Microorganism | Antibiotic |
|---|---|
Streptomyces griseus | Streptomycin |
Bacillus polymyxa | Polymyxin |
Penicillium chrysogenum | Penicillin |
Cephalosporium acremonium | Cephalosporin |
Additional info: Table inferred from slide and textbook context. |
Physical Methods to Control Microbial Growth
Moist Heat Methods
Pasteurization: 63°C for 30 min or 72°C for 15 sec; kills pathogens and spoilage organisms.
Boiling: 100°C for 10 min; kills vegetative cells but not endospores.
Autoclaving: 121°C, 15 psi, 15 min; kills endospores, sterilizes media and equipment.
Dry Heat Methods
Direct Flaming: Used for sterilizing inoculating loops.
Incineration: Disposes of contaminated materials.
Hot Air Sterilization: Oven at 170°C for 2 hours.
Filtration
Removes microbes from liquids and gases using membranes with small pores.
HEPA Filters: Remove particles >0.3 μm; used in hospital rooms.
Other Methods
Low Temperature: Slows microbial growth; pathogenic bacteria usually do not grow.
Desiccation: Microbes cannot grow but remain viable (e.g., freeze-drying).
Radiation: Gamma rays, UV light; damages DNA and kills microbes.
Chemical Methods of Microbial Control
Types of Disinfectants
Phenol and Phenolics: Disrupt membranes; used in surgical procedures.
Bisphenol: Hexachlorophene; prescription lotion for surgery.
Essential Oils: Extracted from plants; antimicrobial properties.
Halogens: Iodine and chlorine; impair protein synthesis and membrane function.
Alcohols: Denature proteins, disrupt membranes.
Heavy Metals: Oligodynamic action; antimicrobial effect.
Surfactants: Decrease surface tension; soaps and detergents.
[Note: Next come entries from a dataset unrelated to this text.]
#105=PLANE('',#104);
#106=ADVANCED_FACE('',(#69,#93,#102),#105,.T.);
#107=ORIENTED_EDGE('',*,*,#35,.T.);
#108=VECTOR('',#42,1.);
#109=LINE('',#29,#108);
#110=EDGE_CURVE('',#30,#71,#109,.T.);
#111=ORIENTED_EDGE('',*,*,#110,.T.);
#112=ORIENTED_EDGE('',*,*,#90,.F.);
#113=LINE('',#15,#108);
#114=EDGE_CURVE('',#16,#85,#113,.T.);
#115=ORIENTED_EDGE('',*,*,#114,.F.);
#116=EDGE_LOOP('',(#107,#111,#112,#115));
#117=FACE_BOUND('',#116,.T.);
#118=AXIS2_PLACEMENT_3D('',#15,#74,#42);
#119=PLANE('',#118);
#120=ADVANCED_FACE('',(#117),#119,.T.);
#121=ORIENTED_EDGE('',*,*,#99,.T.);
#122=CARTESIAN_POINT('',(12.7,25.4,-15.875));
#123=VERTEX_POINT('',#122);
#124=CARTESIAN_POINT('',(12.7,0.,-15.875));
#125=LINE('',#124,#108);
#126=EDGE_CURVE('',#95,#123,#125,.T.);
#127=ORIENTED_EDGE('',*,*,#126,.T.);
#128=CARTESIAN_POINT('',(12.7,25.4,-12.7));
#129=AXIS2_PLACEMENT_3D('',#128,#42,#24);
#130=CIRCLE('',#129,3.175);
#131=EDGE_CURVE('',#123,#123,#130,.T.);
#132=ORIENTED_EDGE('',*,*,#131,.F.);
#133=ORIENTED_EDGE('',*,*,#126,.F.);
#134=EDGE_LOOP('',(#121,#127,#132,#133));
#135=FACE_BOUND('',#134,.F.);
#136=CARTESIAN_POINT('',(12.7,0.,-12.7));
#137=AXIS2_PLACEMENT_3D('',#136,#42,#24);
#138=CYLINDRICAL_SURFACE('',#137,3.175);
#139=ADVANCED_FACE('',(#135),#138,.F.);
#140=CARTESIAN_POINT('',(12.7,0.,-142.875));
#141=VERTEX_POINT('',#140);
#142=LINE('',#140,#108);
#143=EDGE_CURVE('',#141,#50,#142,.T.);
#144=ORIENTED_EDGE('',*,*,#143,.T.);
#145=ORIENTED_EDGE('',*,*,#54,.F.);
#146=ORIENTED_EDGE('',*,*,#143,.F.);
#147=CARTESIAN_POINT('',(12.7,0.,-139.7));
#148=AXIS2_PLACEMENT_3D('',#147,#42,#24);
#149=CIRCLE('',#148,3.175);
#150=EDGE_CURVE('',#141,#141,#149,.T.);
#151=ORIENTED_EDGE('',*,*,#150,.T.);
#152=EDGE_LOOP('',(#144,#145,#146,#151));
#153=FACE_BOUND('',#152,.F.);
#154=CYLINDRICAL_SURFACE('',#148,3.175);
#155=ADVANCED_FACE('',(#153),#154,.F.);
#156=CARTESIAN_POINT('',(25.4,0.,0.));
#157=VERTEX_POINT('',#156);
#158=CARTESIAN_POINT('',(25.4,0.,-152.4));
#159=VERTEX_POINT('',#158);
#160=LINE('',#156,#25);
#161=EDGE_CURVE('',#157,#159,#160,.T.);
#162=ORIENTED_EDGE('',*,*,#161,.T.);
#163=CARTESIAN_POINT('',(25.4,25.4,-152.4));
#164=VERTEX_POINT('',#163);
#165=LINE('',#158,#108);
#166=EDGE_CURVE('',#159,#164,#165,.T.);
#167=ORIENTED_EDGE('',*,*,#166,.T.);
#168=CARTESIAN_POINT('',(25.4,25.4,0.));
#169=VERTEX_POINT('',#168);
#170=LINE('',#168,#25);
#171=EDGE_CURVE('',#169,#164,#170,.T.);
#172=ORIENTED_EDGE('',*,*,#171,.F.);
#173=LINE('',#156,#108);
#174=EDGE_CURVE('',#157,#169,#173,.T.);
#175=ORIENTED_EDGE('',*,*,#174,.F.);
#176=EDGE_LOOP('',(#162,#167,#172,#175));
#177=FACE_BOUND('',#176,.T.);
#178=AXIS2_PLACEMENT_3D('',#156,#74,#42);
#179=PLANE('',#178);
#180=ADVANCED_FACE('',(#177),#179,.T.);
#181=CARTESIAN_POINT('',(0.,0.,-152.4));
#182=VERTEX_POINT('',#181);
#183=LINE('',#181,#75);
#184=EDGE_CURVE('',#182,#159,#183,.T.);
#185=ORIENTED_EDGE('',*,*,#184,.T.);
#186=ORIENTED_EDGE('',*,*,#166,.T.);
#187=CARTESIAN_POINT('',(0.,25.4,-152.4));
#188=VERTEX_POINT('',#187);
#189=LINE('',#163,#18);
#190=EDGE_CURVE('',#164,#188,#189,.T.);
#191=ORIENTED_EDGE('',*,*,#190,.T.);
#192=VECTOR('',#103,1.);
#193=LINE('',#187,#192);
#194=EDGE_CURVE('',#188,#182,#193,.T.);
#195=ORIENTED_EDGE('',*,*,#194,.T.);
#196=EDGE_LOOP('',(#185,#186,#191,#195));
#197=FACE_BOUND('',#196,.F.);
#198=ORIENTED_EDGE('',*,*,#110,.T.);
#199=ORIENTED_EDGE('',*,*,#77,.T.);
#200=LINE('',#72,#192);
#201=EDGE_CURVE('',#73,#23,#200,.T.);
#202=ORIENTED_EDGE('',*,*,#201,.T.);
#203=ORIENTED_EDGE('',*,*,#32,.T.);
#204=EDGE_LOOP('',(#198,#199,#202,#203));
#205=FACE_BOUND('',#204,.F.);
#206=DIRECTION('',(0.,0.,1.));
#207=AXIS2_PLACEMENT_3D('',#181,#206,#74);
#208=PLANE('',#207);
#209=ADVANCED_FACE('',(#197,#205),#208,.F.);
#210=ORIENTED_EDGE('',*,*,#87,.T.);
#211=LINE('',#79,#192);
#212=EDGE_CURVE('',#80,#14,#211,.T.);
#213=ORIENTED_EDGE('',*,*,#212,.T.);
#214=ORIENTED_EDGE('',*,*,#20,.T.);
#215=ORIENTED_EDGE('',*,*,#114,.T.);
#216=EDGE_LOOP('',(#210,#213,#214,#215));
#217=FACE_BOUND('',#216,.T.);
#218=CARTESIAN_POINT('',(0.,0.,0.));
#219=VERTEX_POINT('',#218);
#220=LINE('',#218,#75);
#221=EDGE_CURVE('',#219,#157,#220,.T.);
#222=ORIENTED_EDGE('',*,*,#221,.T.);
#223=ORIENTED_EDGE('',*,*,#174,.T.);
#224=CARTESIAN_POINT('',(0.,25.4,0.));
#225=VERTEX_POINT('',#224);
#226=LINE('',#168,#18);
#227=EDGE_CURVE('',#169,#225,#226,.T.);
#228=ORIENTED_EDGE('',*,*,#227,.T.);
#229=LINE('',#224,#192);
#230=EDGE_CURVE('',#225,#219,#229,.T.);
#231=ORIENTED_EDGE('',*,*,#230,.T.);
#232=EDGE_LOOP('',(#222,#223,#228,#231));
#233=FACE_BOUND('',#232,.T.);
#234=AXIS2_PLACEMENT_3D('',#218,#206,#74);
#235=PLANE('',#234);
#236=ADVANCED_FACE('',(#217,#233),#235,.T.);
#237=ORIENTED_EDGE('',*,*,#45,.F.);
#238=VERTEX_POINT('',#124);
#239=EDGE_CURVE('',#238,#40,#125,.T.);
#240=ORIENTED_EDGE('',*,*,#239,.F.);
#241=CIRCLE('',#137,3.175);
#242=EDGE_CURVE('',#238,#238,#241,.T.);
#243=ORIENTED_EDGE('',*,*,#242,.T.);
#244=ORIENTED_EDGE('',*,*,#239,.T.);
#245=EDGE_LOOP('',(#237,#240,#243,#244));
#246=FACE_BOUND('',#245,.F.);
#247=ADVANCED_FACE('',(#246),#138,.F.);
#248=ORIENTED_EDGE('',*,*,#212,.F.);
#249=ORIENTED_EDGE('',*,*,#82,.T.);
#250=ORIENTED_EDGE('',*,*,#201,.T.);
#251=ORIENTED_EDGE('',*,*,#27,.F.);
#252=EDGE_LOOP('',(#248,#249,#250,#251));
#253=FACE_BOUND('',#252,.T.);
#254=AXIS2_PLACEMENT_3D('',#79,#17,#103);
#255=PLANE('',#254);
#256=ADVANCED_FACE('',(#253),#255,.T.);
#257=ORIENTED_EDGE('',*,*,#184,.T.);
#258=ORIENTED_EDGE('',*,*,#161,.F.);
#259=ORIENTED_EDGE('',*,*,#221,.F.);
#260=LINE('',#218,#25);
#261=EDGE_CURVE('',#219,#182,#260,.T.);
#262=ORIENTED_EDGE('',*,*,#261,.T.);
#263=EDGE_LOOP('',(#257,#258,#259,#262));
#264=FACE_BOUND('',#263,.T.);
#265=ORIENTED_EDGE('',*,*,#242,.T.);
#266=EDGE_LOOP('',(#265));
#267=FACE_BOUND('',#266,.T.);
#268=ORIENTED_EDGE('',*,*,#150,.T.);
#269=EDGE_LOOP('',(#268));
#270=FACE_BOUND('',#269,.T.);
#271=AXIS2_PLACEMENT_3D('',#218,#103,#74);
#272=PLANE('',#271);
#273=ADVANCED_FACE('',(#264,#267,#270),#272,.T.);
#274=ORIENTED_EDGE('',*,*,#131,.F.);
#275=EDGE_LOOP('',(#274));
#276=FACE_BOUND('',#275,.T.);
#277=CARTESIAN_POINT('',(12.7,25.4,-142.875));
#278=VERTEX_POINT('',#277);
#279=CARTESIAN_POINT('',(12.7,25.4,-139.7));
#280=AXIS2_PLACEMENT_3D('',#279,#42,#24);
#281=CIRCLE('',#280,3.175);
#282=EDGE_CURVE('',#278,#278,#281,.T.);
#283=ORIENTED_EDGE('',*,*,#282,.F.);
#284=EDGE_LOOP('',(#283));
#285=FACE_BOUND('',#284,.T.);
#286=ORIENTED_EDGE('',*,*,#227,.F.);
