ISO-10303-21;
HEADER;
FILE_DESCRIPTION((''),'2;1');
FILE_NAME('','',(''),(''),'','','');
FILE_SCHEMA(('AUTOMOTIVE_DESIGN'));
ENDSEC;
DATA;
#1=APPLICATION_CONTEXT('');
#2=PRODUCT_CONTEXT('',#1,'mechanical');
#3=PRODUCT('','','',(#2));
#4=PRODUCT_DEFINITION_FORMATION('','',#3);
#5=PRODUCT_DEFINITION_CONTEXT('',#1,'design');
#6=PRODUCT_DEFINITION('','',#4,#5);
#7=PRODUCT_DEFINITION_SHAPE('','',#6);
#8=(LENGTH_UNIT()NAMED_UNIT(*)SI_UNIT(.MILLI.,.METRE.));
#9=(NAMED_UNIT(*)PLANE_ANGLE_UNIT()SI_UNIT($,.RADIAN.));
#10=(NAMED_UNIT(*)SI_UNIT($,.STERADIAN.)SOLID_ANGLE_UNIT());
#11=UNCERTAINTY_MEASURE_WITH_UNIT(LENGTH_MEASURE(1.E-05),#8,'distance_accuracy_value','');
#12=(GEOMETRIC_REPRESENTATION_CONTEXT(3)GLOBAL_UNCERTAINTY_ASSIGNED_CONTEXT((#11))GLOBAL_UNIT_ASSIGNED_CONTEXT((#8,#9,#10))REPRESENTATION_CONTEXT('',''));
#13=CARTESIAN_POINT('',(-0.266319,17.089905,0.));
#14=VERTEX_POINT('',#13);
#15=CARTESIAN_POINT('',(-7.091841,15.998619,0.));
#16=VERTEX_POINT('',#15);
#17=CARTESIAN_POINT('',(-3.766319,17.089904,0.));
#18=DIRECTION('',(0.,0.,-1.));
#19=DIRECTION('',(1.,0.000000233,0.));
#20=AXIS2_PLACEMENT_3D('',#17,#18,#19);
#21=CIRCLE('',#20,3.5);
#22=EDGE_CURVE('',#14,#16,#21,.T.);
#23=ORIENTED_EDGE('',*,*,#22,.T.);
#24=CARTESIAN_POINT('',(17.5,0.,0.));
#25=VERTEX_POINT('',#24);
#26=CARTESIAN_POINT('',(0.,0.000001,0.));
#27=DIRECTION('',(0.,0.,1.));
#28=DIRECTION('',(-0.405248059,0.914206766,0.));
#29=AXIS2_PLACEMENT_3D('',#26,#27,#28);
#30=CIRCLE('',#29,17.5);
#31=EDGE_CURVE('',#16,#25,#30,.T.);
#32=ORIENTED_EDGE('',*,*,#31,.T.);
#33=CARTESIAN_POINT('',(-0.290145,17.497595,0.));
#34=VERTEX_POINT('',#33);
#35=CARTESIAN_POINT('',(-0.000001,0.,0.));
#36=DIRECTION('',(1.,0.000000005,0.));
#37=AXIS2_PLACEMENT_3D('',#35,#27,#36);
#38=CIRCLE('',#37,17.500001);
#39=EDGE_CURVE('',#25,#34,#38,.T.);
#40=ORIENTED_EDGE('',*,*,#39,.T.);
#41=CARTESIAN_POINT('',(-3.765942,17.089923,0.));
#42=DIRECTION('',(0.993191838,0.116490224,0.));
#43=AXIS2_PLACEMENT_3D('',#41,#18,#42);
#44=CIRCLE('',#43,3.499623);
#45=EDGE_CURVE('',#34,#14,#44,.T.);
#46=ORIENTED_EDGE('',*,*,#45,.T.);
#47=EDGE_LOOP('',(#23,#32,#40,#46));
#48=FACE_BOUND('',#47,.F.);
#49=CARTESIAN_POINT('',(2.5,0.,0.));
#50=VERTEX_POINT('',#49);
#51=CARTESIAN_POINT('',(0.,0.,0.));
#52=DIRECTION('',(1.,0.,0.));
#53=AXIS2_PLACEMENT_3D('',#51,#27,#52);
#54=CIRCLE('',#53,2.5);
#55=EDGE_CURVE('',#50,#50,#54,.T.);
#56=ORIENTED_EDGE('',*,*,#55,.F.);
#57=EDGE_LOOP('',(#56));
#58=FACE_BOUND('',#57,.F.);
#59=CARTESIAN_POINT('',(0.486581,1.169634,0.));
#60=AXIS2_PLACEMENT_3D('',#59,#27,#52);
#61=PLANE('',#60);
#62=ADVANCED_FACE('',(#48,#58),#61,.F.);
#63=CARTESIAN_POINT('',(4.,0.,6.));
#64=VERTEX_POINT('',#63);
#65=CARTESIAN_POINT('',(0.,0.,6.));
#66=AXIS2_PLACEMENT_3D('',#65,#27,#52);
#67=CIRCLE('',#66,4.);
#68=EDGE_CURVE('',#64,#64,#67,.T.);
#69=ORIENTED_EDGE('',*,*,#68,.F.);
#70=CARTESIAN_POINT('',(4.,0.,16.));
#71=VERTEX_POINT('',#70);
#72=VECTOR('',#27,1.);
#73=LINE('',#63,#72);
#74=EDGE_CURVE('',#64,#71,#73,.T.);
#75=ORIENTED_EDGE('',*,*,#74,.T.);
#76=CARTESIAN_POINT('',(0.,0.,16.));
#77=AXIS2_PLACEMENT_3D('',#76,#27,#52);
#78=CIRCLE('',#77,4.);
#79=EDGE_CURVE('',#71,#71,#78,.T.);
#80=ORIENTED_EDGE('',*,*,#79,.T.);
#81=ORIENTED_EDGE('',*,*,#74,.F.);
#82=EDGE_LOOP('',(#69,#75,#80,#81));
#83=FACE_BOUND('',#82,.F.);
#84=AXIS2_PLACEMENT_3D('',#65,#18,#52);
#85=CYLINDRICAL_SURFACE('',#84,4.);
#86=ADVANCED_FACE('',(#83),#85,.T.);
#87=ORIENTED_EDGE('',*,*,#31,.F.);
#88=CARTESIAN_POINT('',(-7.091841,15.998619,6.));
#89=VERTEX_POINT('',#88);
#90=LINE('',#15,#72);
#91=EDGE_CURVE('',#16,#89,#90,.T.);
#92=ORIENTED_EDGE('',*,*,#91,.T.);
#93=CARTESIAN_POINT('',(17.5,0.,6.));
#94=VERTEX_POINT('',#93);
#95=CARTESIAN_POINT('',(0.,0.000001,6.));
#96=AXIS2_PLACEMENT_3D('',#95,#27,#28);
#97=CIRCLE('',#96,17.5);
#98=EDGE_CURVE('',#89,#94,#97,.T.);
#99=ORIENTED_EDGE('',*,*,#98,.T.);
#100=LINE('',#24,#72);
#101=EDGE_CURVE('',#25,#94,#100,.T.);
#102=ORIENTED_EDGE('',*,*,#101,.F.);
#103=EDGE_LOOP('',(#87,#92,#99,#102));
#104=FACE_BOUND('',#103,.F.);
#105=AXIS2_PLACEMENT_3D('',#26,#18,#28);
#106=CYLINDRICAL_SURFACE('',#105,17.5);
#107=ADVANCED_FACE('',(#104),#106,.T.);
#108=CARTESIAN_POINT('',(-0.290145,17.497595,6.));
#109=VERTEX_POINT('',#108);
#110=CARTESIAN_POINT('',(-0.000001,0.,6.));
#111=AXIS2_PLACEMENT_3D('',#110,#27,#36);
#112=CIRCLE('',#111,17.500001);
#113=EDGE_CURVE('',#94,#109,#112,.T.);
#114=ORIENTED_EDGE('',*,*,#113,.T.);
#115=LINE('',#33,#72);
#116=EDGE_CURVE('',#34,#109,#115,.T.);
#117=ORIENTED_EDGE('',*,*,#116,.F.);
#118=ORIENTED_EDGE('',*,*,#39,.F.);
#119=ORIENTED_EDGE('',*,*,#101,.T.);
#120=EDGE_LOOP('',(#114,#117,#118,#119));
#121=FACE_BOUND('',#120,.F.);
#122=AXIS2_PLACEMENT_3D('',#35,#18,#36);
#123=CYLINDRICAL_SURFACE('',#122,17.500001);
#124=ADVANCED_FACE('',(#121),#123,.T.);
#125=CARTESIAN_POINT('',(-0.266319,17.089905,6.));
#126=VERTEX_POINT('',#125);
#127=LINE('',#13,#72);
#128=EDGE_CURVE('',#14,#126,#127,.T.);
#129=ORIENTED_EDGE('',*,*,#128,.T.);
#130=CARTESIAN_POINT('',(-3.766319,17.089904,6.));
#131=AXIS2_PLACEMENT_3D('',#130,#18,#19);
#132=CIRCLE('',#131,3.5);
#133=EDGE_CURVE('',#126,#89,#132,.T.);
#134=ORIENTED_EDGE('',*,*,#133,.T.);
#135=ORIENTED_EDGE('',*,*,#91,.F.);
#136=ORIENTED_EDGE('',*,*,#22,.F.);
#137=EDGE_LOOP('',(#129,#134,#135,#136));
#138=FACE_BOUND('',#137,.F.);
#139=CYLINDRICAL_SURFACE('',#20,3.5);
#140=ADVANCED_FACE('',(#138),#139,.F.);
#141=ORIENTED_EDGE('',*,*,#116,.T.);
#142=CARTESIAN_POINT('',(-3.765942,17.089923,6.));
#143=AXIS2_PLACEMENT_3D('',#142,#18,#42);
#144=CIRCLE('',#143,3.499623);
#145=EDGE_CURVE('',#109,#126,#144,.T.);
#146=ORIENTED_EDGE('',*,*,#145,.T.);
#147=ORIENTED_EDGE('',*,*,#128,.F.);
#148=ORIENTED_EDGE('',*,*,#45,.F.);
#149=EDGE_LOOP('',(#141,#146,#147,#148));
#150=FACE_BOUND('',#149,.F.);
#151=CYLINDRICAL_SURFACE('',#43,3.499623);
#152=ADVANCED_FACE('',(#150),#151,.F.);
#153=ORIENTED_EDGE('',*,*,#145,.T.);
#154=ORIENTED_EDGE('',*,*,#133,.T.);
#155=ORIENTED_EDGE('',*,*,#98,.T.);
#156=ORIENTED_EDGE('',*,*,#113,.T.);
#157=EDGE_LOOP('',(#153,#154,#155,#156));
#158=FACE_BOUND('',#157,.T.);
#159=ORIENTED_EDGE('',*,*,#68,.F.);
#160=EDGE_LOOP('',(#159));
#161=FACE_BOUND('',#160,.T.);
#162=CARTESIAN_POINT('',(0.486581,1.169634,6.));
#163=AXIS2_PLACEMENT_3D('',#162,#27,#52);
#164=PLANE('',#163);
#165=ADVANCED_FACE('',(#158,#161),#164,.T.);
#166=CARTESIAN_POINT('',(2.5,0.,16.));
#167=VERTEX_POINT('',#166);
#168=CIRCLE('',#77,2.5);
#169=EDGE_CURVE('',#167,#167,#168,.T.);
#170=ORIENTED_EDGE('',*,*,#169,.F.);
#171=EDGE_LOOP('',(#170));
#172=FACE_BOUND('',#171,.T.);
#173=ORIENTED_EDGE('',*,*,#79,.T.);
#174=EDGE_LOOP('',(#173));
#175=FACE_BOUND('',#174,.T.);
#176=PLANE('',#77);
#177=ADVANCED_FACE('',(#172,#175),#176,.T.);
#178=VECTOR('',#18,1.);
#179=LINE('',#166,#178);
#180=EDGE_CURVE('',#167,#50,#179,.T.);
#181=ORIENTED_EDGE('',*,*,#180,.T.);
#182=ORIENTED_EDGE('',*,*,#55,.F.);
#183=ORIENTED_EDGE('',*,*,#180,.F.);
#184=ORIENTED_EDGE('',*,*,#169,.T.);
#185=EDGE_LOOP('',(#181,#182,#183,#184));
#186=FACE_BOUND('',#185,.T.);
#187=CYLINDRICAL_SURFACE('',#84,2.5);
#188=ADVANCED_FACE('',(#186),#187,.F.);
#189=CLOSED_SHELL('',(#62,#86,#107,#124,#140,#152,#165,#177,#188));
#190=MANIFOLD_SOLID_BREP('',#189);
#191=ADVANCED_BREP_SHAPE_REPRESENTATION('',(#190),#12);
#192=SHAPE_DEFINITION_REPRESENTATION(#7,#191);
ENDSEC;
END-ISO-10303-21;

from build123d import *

# Parameters (mm, degrees)
F0_R     = 2.5
F1_DEPTH = 6
F2_R     = 4
F2_R_2   = 2.5
F3_DEPTH = 10


with BuildPart() as f1:
    # F0 (on Top) → F1 (new body)
    with BuildSketch(Plane.XY):
        with BuildLine():
            ThreePointArc((-7.091841, 15.998619), (-9.543133, -14.668967), (17.5, 0))
            ThreePointArc((17.5, 0), (12.271358, 12.476529), (-0.290145, 17.497595))
            ThreePointArc((-0.290145, 17.497595), (-0.27228, 17.294097), (-0.266319, 17.089905))
            ThreePointArc((-0.266319, 17.089905), (-3.213746, 13.633799), (-7.091841, 15.998619))
        make_face()
        Circle(F0_R, mode=Mode.SUBTRACT)
    extrude(amount=F1_DEPTH)

    # F2 (on face) → F3 (join)
    with BuildSketch(Plane.XY.offset(6)):
        Circle(F2_R)
        Circle(F2_R_2, mode=Mode.SUBTRACT)
    extrude(amount=F3_DEPTH)


solid = f1.part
Summary Table: Bacterial Growth Curve Phases
Phase | Description |
|---|---|
Lag | Little/no division, intense metabolic activity |
Log | Exponential growth, rapid division |
Stationary | Equilibrium, deaths balance new cells |
Death | Decline, deaths exceed new cells |
References
Tortora, G. J., et al. (2021) Microbiology: An Introduction, 13th Edition. Pearson Education Inc.